APIs with messages that return Operation must implement the Operations service. Individual APIs must not define their own interfaces for long-running operations to avoid inconsistency.

OpenAPI 3.0

paths:
  /v1/resources:
    post:
      operationId: write_book
      description: Write a book.
      responses:
        202:
          description: OK
          content:
            application/json:
              schema:
                $ref: '#/components/schemas/WriteBookStatus'

202 must be the only success status code defined.
The 202 response must define an application/json response body and no other response content types.
The response body schema must be an object with name, done, and result properties as described above for a StatusMonitor
The response body schema may contain an object property named metadata to hold service-specific metadata associated with the operation, for example progress information and common metadata such as create time.
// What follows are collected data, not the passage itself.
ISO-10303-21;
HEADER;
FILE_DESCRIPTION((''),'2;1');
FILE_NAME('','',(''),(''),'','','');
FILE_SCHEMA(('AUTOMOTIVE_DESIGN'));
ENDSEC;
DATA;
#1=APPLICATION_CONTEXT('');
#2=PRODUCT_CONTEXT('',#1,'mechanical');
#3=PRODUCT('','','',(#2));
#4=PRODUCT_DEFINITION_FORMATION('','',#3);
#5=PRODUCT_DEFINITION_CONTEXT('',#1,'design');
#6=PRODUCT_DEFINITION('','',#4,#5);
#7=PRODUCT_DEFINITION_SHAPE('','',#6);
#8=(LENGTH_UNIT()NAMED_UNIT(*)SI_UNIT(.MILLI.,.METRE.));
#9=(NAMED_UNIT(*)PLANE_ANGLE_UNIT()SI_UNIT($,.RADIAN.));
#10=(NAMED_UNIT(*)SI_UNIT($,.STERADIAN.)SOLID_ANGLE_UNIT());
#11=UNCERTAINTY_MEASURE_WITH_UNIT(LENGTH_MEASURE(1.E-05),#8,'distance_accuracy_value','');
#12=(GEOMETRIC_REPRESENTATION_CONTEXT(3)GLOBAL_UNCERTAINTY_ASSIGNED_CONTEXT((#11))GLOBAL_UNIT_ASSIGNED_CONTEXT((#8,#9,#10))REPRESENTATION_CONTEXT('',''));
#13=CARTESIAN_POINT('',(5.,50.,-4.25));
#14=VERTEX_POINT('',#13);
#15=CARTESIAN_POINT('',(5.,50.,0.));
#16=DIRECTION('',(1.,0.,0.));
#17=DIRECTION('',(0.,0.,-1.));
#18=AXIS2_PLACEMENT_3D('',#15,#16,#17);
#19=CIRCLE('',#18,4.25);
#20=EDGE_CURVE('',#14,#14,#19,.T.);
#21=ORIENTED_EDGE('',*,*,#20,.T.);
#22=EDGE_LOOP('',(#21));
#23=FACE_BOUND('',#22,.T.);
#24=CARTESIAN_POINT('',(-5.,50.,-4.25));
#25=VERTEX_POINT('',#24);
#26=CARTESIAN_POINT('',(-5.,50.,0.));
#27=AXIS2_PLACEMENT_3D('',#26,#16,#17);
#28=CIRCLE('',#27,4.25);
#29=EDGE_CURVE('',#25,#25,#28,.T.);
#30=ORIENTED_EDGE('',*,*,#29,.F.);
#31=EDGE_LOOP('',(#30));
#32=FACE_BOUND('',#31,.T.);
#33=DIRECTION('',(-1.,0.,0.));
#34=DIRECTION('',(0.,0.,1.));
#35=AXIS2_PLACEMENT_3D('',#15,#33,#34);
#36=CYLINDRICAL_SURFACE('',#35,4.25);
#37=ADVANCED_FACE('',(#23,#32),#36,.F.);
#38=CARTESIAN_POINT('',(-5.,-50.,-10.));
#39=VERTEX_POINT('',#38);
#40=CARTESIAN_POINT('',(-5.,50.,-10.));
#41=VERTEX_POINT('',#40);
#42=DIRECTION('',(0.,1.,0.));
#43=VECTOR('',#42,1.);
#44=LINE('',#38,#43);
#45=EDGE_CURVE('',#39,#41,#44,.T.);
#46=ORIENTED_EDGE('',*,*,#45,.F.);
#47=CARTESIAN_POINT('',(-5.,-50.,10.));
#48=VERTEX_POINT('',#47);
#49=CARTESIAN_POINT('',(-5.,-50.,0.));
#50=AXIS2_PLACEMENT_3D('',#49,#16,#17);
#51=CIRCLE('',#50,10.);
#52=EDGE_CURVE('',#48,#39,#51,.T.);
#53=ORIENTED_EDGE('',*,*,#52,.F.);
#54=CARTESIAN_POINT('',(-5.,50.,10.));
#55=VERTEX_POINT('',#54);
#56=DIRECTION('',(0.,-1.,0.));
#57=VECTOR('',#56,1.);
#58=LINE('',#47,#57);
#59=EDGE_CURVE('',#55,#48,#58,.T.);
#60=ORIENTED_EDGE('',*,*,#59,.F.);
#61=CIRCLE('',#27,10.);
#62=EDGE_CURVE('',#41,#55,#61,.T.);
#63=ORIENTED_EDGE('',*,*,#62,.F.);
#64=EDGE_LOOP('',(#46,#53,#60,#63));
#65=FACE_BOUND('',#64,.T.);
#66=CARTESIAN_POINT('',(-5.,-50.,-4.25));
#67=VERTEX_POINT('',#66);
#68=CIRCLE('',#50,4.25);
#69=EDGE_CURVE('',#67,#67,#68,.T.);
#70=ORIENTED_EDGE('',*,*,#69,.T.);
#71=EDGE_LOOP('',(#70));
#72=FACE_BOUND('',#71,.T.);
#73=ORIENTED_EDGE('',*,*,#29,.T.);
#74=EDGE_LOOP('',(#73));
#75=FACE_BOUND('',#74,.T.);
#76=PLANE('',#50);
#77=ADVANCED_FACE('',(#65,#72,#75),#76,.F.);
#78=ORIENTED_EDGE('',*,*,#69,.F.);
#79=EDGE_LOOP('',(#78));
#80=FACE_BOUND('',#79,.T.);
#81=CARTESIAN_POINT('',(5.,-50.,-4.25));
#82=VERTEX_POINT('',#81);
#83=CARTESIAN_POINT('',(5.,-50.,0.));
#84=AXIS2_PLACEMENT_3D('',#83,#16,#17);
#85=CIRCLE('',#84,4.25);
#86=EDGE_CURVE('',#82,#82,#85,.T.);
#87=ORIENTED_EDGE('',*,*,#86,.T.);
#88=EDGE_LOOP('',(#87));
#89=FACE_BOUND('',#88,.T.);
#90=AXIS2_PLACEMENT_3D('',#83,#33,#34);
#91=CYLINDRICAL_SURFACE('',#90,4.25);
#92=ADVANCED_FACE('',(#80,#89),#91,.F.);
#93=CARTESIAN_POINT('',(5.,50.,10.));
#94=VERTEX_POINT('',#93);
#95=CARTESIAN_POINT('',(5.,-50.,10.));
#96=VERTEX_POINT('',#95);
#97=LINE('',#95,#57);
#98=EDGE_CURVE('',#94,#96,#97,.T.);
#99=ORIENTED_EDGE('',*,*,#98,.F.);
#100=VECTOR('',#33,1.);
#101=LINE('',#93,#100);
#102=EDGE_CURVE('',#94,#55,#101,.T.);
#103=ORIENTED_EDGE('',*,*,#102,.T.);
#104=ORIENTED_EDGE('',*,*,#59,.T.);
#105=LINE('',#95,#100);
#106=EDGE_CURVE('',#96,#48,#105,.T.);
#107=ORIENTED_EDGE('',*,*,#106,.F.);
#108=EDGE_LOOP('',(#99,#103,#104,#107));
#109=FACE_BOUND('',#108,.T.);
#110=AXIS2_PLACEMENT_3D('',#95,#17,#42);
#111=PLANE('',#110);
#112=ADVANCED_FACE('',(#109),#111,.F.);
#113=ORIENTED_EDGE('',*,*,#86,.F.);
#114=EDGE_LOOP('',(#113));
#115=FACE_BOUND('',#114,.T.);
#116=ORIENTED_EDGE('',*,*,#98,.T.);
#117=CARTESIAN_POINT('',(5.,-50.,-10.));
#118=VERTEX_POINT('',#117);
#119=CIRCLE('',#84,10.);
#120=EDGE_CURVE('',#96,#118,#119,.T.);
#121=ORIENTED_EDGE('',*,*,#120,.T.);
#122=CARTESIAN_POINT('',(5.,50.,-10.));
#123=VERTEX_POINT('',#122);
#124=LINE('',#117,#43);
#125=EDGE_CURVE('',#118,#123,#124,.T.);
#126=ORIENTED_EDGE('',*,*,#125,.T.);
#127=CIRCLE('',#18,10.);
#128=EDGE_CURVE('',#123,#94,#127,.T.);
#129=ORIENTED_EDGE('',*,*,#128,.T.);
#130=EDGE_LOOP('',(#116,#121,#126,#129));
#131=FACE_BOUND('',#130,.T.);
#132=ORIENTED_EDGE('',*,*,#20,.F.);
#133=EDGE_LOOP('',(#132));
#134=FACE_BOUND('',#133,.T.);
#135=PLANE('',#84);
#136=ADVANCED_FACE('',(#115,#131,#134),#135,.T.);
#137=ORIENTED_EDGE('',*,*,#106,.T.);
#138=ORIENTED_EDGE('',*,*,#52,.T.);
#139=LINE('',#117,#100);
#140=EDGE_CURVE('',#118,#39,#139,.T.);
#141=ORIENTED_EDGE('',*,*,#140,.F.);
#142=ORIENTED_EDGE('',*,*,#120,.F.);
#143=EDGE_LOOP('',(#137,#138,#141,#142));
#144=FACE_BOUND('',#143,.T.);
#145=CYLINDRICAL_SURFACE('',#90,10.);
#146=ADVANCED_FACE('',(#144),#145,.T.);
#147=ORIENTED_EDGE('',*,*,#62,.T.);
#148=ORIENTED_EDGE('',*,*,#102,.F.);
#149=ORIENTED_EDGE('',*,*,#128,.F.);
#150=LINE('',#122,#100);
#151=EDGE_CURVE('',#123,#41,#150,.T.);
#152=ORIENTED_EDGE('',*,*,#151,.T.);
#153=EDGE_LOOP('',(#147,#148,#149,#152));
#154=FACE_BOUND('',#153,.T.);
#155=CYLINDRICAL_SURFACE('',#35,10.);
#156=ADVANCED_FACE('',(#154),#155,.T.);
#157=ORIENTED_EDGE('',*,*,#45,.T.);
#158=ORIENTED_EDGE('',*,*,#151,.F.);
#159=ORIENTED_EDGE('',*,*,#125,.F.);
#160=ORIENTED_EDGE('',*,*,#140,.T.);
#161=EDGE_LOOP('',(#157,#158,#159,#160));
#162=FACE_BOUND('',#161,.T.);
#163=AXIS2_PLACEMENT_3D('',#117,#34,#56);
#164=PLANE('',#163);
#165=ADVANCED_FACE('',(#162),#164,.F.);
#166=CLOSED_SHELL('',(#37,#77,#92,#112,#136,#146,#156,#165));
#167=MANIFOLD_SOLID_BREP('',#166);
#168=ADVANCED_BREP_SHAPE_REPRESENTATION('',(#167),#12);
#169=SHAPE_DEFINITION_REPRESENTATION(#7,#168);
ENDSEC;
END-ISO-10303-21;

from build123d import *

# Parameters (mm, degrees)
CROQUIS1_R              = 4.25
SALIENTE_EXTRUIR1_DEPTH = 5


with BuildPart() as part:
    # Croquis1 → Saliente-Extruir1 (new, symmetric)
    with BuildSketch(Plane(origin=(0, 0, 0), x_dir=(0, 0, -1), z_dir=(1, 0, 0))):
        with BuildLine():
            Line((-10, -50), (-10, 50))
            ThreePointArc((-10, 50), (0, 60), (10, 50))
            Line((10, 50), (10, -50))
            ThreePointArc((10, -50), (0, -60), (-10, -50))
        make_face()
        with Locations((0, 50)):
            Circle(CROQUIS1_R, mode=Mode.SUBTRACT)
        with Locations((0, -50)):
            Circle(CROQUIS1_R, mode=Mode.SUBTRACT)
    extrude(amount=SALIENTE_EXTRUIR1_DEPTH, both=True)


solid = part.part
The service should define the contents of the metadata object in a separate schema, which should specify additionalProperties: true to allow for future extensibility.
The response property must be a schema that defines the success response for the operation. For an operation that typically gives a 204 No Content response, such as a Delete, response should be defined as an empty object schema. For a standard Get/Create/Update operation, response should be a representation of the resource.
If a service has any long running operations, the service must define an StatusMonitor resource with a list operation to retrieve a potentially filtered list of status monitors and a get operation to retrieve a specific status monitor by its name.